Science Exchange starts Reproducibility Initiative
23 Aug 2012I’ve fallen behind and so haven’t had a chance to mention this, but Science Exchange has started its Reproducibility Initiative. The idea is that authors can submit their study to be reproduced and Science Exchange will match the study with a validator who will attempt to reproduce the results (for a fee).
Validated studies will receive a Certificate of Reproducibility acknowledging that their results have been independently reproduced as part of the Reproducibility Initiative. Researchers have the opportunity to publish the replicated results as an independent publication in the PLOS Reproducibility Collection, and can share their data via the figshare Reproducibility Collection repository. The original study will also be acknowledged as independently reproduced if published in a supporting journal.

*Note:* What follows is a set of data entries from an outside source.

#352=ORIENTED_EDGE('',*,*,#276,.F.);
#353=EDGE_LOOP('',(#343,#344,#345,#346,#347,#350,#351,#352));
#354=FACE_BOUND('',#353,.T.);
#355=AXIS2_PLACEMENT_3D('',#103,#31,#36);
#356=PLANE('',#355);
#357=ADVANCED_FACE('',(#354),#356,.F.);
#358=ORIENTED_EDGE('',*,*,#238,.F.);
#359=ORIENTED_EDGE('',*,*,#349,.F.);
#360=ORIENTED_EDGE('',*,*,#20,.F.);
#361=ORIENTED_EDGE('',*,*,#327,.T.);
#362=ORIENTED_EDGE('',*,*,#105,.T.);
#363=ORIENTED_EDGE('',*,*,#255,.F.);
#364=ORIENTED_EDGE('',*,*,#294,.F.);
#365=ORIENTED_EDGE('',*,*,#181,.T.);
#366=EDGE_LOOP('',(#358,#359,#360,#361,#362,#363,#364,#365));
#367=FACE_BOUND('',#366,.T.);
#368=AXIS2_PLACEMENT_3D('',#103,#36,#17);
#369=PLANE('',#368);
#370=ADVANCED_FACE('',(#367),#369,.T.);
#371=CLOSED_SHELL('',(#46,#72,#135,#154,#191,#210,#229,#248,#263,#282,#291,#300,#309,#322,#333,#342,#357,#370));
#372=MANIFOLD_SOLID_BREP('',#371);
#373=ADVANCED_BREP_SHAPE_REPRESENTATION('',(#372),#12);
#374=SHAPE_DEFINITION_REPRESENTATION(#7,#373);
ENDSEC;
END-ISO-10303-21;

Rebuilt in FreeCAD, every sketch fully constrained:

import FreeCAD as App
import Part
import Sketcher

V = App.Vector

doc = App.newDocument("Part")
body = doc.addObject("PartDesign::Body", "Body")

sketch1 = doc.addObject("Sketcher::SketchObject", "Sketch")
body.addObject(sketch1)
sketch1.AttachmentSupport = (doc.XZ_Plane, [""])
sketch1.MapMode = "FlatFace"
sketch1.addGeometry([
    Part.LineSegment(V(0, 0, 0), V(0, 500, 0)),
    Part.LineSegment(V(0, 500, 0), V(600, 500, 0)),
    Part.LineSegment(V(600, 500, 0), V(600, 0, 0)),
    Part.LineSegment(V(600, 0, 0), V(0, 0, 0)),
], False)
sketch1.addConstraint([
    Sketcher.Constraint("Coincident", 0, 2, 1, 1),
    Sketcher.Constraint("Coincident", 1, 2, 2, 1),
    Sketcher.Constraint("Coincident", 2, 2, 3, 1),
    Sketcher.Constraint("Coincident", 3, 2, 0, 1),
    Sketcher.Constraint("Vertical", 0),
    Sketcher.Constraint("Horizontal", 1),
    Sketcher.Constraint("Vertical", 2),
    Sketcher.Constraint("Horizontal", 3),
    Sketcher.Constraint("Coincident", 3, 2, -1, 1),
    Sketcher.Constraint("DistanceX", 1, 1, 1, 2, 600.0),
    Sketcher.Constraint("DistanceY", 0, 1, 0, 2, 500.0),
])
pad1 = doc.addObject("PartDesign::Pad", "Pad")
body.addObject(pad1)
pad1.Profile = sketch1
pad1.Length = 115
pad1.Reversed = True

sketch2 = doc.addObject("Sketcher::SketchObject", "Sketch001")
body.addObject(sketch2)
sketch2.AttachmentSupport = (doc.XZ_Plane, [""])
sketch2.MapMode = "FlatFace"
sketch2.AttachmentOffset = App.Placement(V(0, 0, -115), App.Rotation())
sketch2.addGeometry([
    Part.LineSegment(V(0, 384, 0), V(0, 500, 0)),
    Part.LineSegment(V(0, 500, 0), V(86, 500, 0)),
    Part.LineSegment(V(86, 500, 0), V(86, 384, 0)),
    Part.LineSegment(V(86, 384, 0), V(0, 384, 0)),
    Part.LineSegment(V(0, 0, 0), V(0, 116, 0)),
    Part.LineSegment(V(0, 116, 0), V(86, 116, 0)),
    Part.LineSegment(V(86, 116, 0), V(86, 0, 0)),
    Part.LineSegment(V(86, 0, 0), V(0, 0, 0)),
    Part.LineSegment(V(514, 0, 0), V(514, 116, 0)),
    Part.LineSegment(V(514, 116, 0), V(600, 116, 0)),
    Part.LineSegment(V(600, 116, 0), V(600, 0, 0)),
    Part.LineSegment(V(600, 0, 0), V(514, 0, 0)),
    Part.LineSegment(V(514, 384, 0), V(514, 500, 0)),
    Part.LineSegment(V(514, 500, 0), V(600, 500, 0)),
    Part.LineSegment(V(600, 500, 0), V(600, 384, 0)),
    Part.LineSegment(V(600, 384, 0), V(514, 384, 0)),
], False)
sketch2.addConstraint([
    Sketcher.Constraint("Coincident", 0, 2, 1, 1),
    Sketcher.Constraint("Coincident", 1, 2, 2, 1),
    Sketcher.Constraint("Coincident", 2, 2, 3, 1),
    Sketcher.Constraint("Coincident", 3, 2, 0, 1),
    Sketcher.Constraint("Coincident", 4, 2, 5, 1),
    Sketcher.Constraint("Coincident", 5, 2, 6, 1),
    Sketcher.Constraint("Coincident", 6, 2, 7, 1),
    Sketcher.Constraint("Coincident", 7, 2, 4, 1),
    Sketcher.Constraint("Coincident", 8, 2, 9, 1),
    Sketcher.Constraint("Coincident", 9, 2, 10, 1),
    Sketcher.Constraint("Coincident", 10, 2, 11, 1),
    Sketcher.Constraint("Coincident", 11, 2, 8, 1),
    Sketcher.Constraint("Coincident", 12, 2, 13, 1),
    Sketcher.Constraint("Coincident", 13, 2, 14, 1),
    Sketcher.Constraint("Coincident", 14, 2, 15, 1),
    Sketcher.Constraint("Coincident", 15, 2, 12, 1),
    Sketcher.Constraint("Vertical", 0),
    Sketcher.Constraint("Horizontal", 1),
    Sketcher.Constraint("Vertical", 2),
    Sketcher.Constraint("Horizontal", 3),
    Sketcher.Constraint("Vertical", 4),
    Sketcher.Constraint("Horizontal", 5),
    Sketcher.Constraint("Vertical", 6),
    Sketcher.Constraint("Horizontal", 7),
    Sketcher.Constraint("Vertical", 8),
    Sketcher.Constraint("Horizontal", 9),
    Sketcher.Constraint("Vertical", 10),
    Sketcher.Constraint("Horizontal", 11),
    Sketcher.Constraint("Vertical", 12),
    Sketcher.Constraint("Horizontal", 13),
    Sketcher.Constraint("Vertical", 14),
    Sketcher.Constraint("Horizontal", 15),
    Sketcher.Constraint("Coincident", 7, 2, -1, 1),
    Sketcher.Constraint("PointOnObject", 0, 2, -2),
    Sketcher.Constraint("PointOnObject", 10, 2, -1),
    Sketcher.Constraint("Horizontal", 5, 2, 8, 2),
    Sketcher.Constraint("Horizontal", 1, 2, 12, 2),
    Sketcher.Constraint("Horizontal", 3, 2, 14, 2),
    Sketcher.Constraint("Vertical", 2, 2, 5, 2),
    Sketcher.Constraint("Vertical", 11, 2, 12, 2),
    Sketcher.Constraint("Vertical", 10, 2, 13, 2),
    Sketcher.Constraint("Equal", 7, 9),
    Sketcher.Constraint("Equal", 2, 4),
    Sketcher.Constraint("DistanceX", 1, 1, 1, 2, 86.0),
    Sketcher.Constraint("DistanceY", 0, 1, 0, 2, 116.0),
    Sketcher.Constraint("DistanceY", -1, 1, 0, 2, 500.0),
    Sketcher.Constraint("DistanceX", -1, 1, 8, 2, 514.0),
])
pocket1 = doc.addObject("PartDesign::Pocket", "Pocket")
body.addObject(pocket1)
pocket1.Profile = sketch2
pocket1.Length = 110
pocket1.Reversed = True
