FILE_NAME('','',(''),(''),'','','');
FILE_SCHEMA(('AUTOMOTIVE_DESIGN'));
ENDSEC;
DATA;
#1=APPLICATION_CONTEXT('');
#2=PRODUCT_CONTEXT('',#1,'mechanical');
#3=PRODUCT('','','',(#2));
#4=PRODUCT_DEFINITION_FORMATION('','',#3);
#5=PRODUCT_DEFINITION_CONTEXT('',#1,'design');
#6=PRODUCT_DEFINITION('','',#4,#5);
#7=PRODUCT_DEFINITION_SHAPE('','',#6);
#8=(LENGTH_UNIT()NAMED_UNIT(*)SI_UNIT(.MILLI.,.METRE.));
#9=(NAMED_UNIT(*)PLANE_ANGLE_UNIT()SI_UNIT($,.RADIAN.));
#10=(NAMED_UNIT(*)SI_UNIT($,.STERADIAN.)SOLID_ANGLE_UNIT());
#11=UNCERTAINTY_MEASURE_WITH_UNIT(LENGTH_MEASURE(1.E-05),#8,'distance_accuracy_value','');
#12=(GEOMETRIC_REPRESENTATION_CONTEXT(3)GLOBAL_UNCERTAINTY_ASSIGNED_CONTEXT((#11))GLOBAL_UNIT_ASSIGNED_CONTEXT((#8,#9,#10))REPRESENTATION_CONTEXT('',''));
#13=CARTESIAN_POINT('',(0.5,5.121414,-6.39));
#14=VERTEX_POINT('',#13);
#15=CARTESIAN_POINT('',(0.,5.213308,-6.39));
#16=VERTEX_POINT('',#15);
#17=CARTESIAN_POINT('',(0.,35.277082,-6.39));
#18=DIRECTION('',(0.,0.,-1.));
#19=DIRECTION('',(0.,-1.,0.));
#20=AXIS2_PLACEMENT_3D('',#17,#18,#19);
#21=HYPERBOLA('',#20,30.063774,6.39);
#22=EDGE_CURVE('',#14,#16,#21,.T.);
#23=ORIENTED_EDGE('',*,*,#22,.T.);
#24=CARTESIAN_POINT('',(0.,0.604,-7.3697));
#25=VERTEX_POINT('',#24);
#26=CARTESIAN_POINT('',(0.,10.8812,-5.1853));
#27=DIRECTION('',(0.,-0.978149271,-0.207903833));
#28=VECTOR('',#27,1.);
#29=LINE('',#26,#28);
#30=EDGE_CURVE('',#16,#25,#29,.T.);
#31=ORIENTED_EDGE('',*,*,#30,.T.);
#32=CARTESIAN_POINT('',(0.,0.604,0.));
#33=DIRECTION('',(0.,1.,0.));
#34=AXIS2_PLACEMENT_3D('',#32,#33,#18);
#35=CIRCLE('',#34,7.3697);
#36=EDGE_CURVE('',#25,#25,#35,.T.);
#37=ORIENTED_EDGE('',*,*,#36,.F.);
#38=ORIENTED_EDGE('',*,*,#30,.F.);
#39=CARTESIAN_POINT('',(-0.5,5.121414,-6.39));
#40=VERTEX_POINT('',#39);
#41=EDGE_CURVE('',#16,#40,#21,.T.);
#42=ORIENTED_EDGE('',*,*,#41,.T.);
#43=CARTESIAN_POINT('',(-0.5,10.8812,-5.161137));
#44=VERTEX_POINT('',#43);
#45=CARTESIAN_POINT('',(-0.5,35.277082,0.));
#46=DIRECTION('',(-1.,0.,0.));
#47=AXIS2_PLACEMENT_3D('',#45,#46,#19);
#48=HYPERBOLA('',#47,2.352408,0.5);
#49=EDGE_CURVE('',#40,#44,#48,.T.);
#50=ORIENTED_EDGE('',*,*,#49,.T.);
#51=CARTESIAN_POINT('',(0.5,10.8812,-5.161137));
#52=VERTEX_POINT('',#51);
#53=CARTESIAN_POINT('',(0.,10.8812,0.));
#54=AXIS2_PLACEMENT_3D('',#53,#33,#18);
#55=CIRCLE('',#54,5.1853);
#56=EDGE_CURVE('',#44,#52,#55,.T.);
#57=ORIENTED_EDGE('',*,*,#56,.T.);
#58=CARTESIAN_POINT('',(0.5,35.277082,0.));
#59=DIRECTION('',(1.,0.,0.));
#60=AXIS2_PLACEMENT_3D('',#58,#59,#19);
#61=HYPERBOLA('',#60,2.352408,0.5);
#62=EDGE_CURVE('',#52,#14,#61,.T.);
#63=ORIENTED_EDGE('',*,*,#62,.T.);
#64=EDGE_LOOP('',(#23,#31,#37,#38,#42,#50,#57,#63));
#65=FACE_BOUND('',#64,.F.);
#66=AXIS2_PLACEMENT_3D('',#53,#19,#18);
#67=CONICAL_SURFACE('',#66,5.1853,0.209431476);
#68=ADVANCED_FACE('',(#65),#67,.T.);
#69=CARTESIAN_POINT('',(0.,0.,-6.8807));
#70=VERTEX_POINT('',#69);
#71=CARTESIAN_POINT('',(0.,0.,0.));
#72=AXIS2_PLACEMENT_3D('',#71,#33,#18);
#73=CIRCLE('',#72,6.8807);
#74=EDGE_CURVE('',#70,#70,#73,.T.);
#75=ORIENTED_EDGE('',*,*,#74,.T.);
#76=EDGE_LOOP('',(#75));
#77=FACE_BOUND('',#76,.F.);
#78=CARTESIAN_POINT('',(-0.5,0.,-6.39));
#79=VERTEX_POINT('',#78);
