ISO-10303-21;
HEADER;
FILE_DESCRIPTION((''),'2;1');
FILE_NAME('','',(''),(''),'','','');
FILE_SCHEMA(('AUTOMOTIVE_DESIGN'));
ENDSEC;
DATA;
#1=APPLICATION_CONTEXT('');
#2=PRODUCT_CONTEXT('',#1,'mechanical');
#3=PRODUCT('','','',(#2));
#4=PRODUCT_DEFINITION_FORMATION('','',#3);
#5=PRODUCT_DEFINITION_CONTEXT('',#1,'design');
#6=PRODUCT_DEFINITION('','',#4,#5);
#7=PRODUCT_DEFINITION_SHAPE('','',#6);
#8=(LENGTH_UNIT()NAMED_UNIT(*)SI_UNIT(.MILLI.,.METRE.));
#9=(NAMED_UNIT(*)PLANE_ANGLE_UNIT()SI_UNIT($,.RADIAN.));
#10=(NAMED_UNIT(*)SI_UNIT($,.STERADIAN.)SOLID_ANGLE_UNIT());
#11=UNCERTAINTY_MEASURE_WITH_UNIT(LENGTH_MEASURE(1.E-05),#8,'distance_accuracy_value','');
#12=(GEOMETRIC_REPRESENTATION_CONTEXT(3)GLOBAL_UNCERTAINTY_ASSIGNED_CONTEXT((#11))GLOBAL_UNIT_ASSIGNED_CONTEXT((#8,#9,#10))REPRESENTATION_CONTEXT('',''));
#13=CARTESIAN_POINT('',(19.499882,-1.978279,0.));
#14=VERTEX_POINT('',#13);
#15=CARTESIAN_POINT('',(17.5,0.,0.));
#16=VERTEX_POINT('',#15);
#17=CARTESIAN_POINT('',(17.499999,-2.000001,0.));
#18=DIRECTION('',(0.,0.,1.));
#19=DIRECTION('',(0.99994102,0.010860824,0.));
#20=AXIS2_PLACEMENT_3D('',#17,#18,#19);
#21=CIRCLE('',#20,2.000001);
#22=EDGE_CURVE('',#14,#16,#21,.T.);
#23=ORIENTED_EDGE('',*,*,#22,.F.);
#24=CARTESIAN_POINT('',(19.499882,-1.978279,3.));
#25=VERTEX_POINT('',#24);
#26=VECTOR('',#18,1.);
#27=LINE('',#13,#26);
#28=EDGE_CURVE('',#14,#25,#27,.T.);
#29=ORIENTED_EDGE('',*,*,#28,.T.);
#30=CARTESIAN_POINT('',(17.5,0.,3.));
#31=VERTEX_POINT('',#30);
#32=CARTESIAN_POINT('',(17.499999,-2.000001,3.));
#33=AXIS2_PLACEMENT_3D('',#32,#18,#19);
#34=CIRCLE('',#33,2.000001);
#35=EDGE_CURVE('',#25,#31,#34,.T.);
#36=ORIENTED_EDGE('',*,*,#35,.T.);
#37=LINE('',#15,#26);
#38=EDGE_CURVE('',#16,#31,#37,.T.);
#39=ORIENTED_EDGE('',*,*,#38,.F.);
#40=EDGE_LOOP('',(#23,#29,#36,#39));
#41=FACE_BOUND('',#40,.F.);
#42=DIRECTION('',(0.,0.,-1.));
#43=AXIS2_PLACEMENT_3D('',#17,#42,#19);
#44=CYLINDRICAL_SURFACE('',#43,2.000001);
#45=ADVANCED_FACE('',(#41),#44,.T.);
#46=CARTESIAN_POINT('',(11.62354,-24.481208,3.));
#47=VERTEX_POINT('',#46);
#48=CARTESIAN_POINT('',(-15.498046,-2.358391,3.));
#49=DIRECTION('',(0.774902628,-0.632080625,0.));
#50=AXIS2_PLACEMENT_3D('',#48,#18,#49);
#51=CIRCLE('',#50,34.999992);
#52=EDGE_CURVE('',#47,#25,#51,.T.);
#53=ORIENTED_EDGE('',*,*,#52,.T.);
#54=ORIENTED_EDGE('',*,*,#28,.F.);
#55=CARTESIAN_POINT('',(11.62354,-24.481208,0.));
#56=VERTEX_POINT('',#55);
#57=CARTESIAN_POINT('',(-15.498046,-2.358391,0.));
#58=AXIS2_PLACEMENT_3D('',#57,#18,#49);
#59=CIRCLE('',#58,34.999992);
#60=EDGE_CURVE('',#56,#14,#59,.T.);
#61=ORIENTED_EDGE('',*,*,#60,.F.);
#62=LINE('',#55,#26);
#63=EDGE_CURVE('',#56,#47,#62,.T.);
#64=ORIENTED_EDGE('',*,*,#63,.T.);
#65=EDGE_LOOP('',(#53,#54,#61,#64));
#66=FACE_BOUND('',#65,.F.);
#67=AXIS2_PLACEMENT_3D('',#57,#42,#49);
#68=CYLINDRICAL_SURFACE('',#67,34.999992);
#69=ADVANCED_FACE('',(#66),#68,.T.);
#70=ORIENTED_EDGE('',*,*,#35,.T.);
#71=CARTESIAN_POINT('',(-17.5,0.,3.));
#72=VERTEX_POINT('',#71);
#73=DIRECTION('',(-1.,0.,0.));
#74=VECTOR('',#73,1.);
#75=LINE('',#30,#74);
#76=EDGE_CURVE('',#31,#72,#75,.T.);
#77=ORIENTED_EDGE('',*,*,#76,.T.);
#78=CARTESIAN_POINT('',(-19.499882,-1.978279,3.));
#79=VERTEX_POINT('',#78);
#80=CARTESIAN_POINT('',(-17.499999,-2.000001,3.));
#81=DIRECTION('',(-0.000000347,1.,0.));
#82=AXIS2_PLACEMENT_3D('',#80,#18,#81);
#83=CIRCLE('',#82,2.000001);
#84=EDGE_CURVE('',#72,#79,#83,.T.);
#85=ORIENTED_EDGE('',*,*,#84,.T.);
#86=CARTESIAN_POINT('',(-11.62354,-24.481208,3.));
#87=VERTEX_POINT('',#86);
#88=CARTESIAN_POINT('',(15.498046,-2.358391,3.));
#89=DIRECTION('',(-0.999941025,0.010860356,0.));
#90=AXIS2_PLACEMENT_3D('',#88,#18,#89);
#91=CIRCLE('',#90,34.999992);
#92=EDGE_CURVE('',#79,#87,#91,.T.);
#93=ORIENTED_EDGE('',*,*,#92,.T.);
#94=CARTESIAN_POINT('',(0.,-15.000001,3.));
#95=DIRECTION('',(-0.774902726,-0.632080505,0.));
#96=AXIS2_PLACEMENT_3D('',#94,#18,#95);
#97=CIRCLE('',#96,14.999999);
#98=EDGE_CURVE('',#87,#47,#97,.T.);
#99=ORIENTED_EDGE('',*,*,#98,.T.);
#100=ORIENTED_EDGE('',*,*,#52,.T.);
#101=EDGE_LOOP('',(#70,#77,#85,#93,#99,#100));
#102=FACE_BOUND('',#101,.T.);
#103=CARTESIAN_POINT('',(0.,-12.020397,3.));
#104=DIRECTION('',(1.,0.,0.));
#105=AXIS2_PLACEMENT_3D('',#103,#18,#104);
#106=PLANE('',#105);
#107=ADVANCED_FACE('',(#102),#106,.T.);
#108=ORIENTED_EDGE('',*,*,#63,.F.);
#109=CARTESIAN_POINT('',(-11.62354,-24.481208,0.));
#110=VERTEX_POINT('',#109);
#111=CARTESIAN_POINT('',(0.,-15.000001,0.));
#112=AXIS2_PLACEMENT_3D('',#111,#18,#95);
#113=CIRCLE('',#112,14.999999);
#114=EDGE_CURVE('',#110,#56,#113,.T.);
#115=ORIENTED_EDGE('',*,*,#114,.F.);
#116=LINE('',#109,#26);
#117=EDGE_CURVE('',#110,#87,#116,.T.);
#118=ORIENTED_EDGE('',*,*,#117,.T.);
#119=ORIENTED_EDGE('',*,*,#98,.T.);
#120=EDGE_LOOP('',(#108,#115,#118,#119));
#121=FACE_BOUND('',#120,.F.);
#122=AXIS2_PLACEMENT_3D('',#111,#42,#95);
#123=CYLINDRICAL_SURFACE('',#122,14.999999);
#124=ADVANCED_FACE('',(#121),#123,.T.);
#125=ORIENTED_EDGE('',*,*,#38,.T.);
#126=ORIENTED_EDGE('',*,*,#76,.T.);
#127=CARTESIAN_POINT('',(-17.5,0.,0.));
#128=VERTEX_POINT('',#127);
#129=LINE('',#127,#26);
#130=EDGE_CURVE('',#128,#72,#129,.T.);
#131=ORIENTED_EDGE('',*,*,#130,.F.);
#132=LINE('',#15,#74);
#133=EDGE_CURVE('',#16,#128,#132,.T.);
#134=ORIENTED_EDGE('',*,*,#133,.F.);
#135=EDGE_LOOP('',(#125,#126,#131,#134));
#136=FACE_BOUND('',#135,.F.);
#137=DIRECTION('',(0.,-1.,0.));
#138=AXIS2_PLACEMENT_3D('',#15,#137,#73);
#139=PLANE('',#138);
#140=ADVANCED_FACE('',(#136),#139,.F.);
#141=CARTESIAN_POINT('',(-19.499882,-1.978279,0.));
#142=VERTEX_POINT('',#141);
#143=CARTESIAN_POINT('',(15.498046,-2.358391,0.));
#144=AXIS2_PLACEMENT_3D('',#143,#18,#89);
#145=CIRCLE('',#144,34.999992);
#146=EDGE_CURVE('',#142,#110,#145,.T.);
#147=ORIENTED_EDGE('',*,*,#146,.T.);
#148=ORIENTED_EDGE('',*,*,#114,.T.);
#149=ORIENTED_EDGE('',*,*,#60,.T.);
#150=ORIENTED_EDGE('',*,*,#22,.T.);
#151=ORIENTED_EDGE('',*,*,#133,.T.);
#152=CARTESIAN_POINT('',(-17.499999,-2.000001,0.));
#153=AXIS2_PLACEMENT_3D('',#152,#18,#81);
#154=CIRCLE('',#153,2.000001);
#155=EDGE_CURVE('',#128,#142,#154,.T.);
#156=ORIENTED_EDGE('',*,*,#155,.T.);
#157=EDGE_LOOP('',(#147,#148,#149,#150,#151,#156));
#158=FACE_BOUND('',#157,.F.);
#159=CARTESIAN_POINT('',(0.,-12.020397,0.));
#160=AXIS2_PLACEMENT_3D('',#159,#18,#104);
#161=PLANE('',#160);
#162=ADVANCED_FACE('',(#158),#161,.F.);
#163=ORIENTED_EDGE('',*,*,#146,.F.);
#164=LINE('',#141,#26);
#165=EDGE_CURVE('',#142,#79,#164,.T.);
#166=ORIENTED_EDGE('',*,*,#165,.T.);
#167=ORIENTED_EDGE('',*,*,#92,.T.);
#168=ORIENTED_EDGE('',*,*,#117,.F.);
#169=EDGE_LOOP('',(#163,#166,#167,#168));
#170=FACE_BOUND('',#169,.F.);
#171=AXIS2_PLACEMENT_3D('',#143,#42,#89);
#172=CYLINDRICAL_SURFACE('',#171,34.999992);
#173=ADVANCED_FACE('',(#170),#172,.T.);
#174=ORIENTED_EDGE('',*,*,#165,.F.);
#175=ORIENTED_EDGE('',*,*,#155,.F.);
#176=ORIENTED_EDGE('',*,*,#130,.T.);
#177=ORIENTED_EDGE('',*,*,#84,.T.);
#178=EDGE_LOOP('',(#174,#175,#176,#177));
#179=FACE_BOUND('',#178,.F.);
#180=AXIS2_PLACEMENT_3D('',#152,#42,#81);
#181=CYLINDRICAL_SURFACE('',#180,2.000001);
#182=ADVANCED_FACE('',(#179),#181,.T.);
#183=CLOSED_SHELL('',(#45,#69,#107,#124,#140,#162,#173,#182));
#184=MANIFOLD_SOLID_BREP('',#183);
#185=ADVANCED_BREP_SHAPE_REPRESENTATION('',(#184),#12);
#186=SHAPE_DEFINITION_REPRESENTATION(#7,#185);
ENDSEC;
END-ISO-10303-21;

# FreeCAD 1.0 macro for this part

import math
import FreeCAD as App
import Part
import Sketcher

V = App.Vector
Q = App.Units.Quantity

doc = App.newDocument("Part")
body = doc.addObject("PartDesign::Body", "Body")

# Sketch on XY plane
sketch1 = doc.addObject("Sketcher::SketchObject", "Sketch")
body.addObject(sketch1)
sketch1.AttachmentSupport = (doc.XY_Plane, [""])
sketch1.MapMode = "FlatFace"
sketch1.addGeometry([
    Part.ArcOfCircle(Part.Circle(V(-17.5, -2, 0), V(0, 0, 1), 2), math.radians(90), math.radians(179)),  # 0
    Part.ArcOfCircle(Part.Circle(V(15.5, -2.4, 0), V(0, 0, 1), 35), math.radians(179), math.radians(219)),  # 1
    Part.ArcOfCircle(Part.Circle(V(0, -15, 0), V(0, 0, 1), 15), math.radians(-141), math.radians(-39)),  # 2
    Part.ArcOfCircle(Part.Circle(V(-15.5, -2.4, 0), V(0, 0, 1), 35), math.radians(-39), math.radians(1)),  # 3
    Part.ArcOfCircle(Part.Circle(V(17.5, -2, 0), V(0, 0, 1), 2), math.radians(1), math.radians(90)),  # 4
    Part.LineSegment(V(17.5, 0, 0), V(-17.5, 0, 0)),  # 5
], False)
sketch1.addConstraint([
    Sketcher.Constraint("Tangent", 0, 2, 1, 1),
    Sketcher.Constraint("Tangent", 1, 2, 2, 1),
    Sketcher.Constraint("Tangent", 2, 2, 3, 1),
    Sketcher.Constraint("Tangent", 3, 2, 4, 1),
    Sketcher.Constraint("Tangent", 4, 2, 5, 1),
    Sketcher.Constraint("Tangent", 5, 2, 0, 1),
    Sketcher.Constraint("Horizontal", 5),
    Sketcher.Constraint("Equal", 1, 3),
    Sketcher.Constraint("Equal", 0, 4),
    Sketcher.Constraint("Symmetric", 4, 2, 5, 2, -1, 1),
    Sketcher.Constraint("PointOnObject", 2, 3, -2),
    Sketcher.Constraint("Radius", 0, Q("2.000001 mm")),
    Sketcher.Constraint("Radius", 2, Q("14.999999 mm")),
    Sketcher.Constraint("DistanceX", 5, 2, 5, 1, Q("35 mm")),
    Sketcher.Constraint("DistanceY", 2, 3, -1, 1, Q("15.000001 mm")),
    Sketcher.Constraint("Radius", 1, Q("34.999992 mm")),
])
pad1 = doc.addObject("PartDesign::Pad", "Pad")
body.addObject(pad1)
pad1.Profile = sketch1
pad1.Length = 3

doc.recompute()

This is a very interesting initiative and it’s one I and a number of others have been talking about doing. They have an excellent advisory board and seem to have all the right partners/infrastructure lined up.
The obvious question to me is if you’re going to submit your study to this service and get it reproduced, why would you ever want to submit it to a journal? The level of review you’d get here is quite a bit more rigorous than you’d receive at a journal and the submission process essentially involves writing a paper without the Introduction and the Discussion (usually the hardest and most annoying parts). At the moment, it seems the service is set up to work in parallel with standard publication or perhaps after the fact. But I could see it eventually replacing standard publication altogether.
The timing, of course, could be an issue. It’s not clear how long one should expect it to take to reproduce a study. But it’s probably not much longer than a review you’d get at a statistics journal.